O prefeito foi preso em flagrante em razão da apreensão de arma de fogo sem registro. Ele foi levado para a Delegacia de Itapemirim, onde foi autuado. Porém, o prefeito Tininho pagou faiança e acabou liberado para responder em liberdade. Ainda em relação ao prefeito de Marataízes, a Justiça não acolheu o pedido de afastamento funcional dele.
Já em relação às investigações envolvendo os municípios de Jaguaré e Piúma, o Gaeco explicou que ainda estão no início. Foram cumpridos mandados de busca e apreensão nas sedes das prefeituras e secretarias dessas cidades para recolher os contratos de limpezas pública, firmados com a mesma empresa investigada em Presidente Kennedy.

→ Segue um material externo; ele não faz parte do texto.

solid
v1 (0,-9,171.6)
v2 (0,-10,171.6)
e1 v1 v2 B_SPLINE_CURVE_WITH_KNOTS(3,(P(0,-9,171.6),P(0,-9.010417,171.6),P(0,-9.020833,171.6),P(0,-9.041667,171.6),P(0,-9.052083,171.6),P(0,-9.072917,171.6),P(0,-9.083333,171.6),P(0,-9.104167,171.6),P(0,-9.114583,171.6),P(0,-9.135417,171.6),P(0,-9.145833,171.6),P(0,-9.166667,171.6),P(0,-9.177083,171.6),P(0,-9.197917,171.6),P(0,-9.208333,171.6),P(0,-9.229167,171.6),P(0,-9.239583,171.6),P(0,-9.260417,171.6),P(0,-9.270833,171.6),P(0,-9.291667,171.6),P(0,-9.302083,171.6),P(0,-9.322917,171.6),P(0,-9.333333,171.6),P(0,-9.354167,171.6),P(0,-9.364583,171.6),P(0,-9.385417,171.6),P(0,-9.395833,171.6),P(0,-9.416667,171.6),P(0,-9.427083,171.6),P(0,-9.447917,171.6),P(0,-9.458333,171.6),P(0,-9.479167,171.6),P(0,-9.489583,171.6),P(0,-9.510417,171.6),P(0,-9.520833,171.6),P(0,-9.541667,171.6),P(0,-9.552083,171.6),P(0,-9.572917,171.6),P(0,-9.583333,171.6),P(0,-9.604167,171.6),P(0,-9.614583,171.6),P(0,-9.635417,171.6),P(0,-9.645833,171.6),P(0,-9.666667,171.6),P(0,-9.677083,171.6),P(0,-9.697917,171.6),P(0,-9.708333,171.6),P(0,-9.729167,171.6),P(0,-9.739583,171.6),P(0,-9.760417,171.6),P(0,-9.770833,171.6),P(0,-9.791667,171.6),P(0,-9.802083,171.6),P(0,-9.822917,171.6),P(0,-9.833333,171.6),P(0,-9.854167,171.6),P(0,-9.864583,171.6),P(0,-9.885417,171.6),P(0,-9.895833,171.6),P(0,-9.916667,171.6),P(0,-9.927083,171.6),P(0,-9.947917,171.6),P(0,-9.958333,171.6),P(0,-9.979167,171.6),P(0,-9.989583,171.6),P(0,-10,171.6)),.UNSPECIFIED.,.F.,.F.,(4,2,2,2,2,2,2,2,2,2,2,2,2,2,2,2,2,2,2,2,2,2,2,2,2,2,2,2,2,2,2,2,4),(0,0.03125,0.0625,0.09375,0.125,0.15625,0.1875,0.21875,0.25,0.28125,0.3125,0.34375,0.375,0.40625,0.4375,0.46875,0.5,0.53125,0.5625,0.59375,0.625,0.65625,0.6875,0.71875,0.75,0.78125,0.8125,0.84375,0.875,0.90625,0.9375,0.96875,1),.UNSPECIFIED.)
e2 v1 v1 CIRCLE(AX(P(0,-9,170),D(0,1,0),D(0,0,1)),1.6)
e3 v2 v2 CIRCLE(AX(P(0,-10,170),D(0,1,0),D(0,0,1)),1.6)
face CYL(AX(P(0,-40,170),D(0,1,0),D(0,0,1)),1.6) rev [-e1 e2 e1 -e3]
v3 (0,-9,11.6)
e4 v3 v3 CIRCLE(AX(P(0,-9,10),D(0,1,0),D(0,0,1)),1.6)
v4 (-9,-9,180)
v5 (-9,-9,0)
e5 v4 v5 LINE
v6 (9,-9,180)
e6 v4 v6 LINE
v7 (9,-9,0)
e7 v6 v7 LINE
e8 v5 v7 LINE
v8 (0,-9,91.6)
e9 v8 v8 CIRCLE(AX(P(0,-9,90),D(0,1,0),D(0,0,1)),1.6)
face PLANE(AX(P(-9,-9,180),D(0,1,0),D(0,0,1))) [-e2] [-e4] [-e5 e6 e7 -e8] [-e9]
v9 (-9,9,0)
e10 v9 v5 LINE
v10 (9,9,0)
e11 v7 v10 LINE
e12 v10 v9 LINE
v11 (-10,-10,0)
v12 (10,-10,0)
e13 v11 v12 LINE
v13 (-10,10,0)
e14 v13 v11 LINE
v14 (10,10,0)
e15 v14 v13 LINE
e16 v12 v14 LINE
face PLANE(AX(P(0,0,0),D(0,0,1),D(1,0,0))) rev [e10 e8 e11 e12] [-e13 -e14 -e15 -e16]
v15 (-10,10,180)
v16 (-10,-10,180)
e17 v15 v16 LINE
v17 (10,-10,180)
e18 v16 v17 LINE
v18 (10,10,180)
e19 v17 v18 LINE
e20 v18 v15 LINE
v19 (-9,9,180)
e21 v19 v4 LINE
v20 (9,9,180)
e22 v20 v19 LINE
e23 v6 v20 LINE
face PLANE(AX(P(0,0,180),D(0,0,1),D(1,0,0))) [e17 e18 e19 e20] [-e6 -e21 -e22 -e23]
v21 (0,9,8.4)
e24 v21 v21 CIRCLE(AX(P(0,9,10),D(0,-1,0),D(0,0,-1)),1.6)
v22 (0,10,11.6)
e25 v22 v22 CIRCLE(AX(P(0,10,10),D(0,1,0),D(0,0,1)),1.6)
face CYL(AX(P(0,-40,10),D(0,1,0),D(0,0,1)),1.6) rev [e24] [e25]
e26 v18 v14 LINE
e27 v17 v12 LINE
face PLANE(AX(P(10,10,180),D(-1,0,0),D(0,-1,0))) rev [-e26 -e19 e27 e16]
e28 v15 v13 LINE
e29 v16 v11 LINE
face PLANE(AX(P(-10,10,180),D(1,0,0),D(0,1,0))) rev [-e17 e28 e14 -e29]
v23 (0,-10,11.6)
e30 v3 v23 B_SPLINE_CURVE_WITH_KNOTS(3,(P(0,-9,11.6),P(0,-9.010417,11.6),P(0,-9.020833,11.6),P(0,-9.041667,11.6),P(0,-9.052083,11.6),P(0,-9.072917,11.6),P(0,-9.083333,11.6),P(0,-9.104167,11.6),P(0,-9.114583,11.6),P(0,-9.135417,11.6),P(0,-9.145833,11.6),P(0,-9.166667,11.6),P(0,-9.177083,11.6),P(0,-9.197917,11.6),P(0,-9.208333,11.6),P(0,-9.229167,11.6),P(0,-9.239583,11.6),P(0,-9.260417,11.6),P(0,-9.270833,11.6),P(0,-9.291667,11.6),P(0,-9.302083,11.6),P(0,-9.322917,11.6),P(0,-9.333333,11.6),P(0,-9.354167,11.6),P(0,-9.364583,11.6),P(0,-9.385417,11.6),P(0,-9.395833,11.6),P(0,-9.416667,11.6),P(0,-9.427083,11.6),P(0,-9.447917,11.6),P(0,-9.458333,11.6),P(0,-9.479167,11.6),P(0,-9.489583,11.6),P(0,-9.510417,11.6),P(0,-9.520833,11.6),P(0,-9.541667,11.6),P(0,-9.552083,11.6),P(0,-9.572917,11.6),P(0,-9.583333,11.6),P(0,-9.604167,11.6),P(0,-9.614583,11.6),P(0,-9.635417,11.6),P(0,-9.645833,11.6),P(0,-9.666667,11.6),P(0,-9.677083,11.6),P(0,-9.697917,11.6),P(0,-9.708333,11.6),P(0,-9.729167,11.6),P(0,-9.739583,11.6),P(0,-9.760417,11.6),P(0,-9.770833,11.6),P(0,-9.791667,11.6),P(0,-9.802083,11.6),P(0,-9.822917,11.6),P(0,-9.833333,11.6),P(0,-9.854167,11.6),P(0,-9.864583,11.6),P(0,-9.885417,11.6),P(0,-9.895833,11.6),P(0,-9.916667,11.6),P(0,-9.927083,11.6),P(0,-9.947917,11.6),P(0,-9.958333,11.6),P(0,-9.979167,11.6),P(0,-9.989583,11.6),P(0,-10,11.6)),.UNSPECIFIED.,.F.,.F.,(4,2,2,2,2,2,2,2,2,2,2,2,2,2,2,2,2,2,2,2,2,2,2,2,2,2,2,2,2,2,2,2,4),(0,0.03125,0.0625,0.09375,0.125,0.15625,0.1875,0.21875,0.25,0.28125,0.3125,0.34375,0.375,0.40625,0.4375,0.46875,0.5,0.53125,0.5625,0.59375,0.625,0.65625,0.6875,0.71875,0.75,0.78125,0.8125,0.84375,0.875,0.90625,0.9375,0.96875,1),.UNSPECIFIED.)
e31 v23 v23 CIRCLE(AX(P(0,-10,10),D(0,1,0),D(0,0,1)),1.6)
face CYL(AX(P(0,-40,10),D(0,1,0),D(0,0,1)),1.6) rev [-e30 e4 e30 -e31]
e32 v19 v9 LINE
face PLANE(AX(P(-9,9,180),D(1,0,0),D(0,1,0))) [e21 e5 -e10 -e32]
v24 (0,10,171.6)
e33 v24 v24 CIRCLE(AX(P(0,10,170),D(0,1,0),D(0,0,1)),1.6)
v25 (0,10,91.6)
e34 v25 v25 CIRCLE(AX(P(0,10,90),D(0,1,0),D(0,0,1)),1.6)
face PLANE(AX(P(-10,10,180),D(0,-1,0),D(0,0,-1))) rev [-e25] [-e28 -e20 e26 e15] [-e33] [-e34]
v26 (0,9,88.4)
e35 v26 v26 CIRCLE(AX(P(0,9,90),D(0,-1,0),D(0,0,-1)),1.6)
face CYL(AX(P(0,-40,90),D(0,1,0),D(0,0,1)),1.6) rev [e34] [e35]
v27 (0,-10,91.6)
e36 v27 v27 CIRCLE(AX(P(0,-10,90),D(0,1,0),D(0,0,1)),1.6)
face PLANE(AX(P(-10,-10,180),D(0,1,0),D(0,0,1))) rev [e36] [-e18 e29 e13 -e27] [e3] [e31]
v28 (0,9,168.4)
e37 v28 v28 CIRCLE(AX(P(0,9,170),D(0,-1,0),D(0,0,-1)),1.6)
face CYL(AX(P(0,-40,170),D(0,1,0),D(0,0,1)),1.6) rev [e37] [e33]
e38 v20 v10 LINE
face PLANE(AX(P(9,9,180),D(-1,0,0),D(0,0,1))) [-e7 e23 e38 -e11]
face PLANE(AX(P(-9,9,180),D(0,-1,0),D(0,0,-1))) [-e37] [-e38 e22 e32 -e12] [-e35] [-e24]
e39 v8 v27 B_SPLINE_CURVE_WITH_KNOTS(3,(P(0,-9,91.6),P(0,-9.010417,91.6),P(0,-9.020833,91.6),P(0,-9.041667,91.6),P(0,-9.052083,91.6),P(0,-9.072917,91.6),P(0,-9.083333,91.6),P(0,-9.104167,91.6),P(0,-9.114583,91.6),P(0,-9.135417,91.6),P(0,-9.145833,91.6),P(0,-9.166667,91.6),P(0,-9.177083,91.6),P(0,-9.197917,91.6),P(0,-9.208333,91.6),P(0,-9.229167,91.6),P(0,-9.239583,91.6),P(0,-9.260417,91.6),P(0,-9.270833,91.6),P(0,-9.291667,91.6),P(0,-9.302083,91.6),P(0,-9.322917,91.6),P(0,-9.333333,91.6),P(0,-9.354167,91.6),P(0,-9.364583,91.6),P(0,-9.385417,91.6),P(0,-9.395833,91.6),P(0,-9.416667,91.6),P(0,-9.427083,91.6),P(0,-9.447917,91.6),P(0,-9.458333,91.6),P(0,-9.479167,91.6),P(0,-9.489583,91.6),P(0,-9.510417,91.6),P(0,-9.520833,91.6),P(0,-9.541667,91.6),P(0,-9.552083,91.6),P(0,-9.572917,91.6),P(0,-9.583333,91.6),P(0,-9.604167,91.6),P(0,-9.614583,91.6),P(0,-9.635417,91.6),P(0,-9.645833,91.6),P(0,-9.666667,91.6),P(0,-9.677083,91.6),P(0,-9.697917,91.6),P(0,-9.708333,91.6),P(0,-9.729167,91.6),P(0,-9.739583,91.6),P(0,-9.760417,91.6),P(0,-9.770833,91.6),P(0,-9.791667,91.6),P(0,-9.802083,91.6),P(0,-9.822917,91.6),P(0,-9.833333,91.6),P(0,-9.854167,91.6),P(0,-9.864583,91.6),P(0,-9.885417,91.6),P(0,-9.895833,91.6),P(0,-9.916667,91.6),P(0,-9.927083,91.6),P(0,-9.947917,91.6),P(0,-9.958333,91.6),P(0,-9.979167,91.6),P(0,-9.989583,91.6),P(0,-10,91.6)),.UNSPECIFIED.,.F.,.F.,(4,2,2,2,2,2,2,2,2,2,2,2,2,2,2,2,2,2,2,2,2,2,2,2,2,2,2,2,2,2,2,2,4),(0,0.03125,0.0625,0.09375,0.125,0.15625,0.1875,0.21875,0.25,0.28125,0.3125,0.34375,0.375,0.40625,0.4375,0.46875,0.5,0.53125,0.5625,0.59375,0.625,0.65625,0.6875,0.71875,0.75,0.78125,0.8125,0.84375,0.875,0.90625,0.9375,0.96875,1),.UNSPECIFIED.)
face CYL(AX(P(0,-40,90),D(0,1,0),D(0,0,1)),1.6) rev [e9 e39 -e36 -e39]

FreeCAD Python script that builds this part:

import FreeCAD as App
import Part
import Sketcher
from FreeCAD import Vector
Q = App.Units.Quantity


def add_polygon(sketch, points):
    """Adds a closed chain of lines whose ends are joined by coincident constraints."""
    first, n = sketch.GeometryCount, len(points)
    for a, b in zip(points, points[1:] + points[:1]):
        sketch.addGeometry(Part.LineSegment(App.Vector(*a, 0), App.Vector(*b, 0)), False)
    for i in range(n):
        sketch.addConstraint(Sketcher.Constraint("Coincident", first + i, 2, first + (i + 1) % n, 1))

doc = App.newDocument("Part")
body = doc.addObject("PartDesign::Body", "Body")

sketch1 = body.newObject("Sketcher::SketchObject", "Sketch")
sketch1.AttachmentSupport = (doc.getObject("XY_Plane"), [""])
sketch1.MapMode = "FlatFace"
add_polygon(sketch1, [(-10, 10), (-10, -10), (10, -10), (10, 10)])
add_polygon(sketch1, [(9, -9), (-9, -9), (-9, 9), (9, 9)])
sketch1.addConstraint(Sketcher.Constraint("Vertical", 0))
sketch1.addConstraint(Sketcher.Constraint("Horizontal", 1))
sketch1.addConstraint(Sketcher.Constraint("Vertical", 2))
sketch1.addConstraint(Sketcher.Constraint("Horizontal", 3))
sketch1.addConstraint(Sketcher.Constraint("Horizontal", 4))
sketch1.addConstraint(Sketcher.Constraint("Vertical", 5))
sketch1.addConstraint(Sketcher.Constraint("Horizontal", 6))
sketch1.addConstraint(Sketcher.Constraint("Vertical", 7))
sketch1.addConstraint(Sketcher.Constraint("Symmetric", 0, 2, 2, 2, -1, 1))
sketch1.addConstraint(Sketcher.Constraint("Symmetric", 4, 2, 6, 2, -1, 1))
sketch1.addConstraint(Sketcher.Constraint("Equal", 3, 0))
sketch1.addConstraint(Sketcher.Constraint("Equal", 6, 5))
sketch1.addConstraint(Sketcher.Constraint("DistanceX", 1, 1, 1, 2, Q("20 mm")))
sketch1.addConstraint(Sketcher.Constraint("DistanceX", 4, 2, 4, 1, Q("18 mm")))
pad1 = body.newObject("PartDesign::Pad", "Pad")
pad1.Profile = sketch1
pad1.Length = 180

sketch2 = body.newObject("Sketcher::SketchObject", "Sketch001")
sketch2.AttachmentSupport = (doc.getObject("XZ_Plane"), [""])
sketch2.MapMode = "FlatFace"
sketch2.AttachmentOffset = App.Placement(Vector(0, 0, -10), App.Rotation())
sketch2.addGeometry(Part.Circle(Vector(0, 90, 0), Vector(0, 0, 1), 1.6), False)
sketch2.addGeometry(Part.Circle(Vector(0, 170, 0), Vector(0, 0, 1), 1.6), False)
sketch2.addGeometry(Part.Circle(Vector(0, 10, 0), Vector(0, 0, 1), 1.6), False)
sketch2.addConstraint(Sketcher.Constraint("Equal", 0, 1))
sketch2.addConstraint(Sketcher.Constraint("Equal", 1, 2))
sketch2.addConstraint(Sketcher.Constraint("PointOnObject", 0, 3, -2))
sketch2.addConstraint(Sketcher.Constraint("PointOnObject", 1, 3, -2))
sketch2.addConstraint(Sketcher.Constraint("PointOnObject", 2, 3, -2))
sketch2.addConstraint(Sketcher.Constraint("Diameter", 0, Q("3.2 mm")))
sketch2.addConstraint(Sketcher.Constraint("DistanceY", -1, 1, 0, 3, Q("90 mm")))
sketch2.addConstraint(Sketcher.Constraint("DistanceY", -1, 1, 1, 3, Q("170 mm")))
sketch2.addConstraint(Sketcher.Constraint("DistanceY", -1, 1, 2, 3, Q("10 mm")))
pocket1 = body.newObject("PartDesign::Pocket", "Pocket")
pocket1.Profile = sketch2
pocket1.Length = 50
pocket1.Reversed = True

doc.recompute()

Também foram cumpridos nesta quinta-feira dois mandados de busca e apreensão na Prefeitura de Jaguaré e no Serviço de Abastecimento de Água (SAAE) do município.
Os presos na Operação Rubi:
– Amanda Quinta Rangel, prefeita de Presidente Kennedy;
– José Augusto Rodrigues de Paiva, secretário municipal de Desenvolvimento Econômico
– Marcelo Marcondes Soares, empresário
– Cristiano Graça Souto, motorista
– Isaias Pacheco do Espírito Santo, contador da empresa de limpeza urbana
Prisão em Marataízes
– Robertino Batista da Silva, prefeito de Marataízes, foi preso na manhã de hoje em flagrante em razão da apreensão de arma de fogo sem registro. O prefeito pagou fiança e foi solto.
Operação Lee Oswald: Justiça ainda não julgou ações contra o tio da prefeita Amanda Quinta
Amanda Quinta é sobrinha de Reginaldo dos Santos Quinta, que, no dia 19 de abril de 2012, foi alvo da Operação Lee Oswald, desencadeada na ocasião pela Polícia Federal (PF), Controladoria-Geral da União (CGU) e o Ministério Público do Estado do Espírito Santo.
Autorizada pelo desembargador Pero Valls Feu Rosa, integrante da 1ª Câmara Criminal do Tribunal de Justiça – ele também presidia o Corte naquela época –, a Operação Lee Oswald teve o objetivo de desarticular quadrilha que vinha praticando crimes contra a Administração Pública no município de Presidente Kennedy.
Pelo menos 28 pessoas foram presas na operação, que teve a participação de 190 policiais federais e 21 servidores da CGU. A operação cumpriu ainda 51 mandados de busca e apreensão. Dentre os presos, estava o tio de Amanda, Reginaldo Quinta.
De acordo com o MPES na ocasião, as investigações revelaram “a existência de um esquema criminoso liderado pelo próprio prefeito municipal, Reginaldo dos Santos Quinta”.
Reginaldo foi denunciado em diversos procedimentos pelo MPES, mas até este momento o Juízo de Presidente Kennedy julgou os processos. Há ações penais – esfera criminal – e Ações de Improbidade Administrativa ainda sendo analisadas sete anos depois.
A Operação Lee Oswald foi um desdobramento das operações Moeda de Troca e Tsunami, já realizadas, respectivamente, em Santa Leopoldina e Fundão. Dada a extensão dos elementos de prova colhidos, o relator da ação penal, desembargador Pedro Valls Feu Rosa, solicitou ao Ministério da Justiça o envio ao Espírito Santo de uma força tarefa para auxiliar as investigações. Mas Pedro Valls não foi atendido.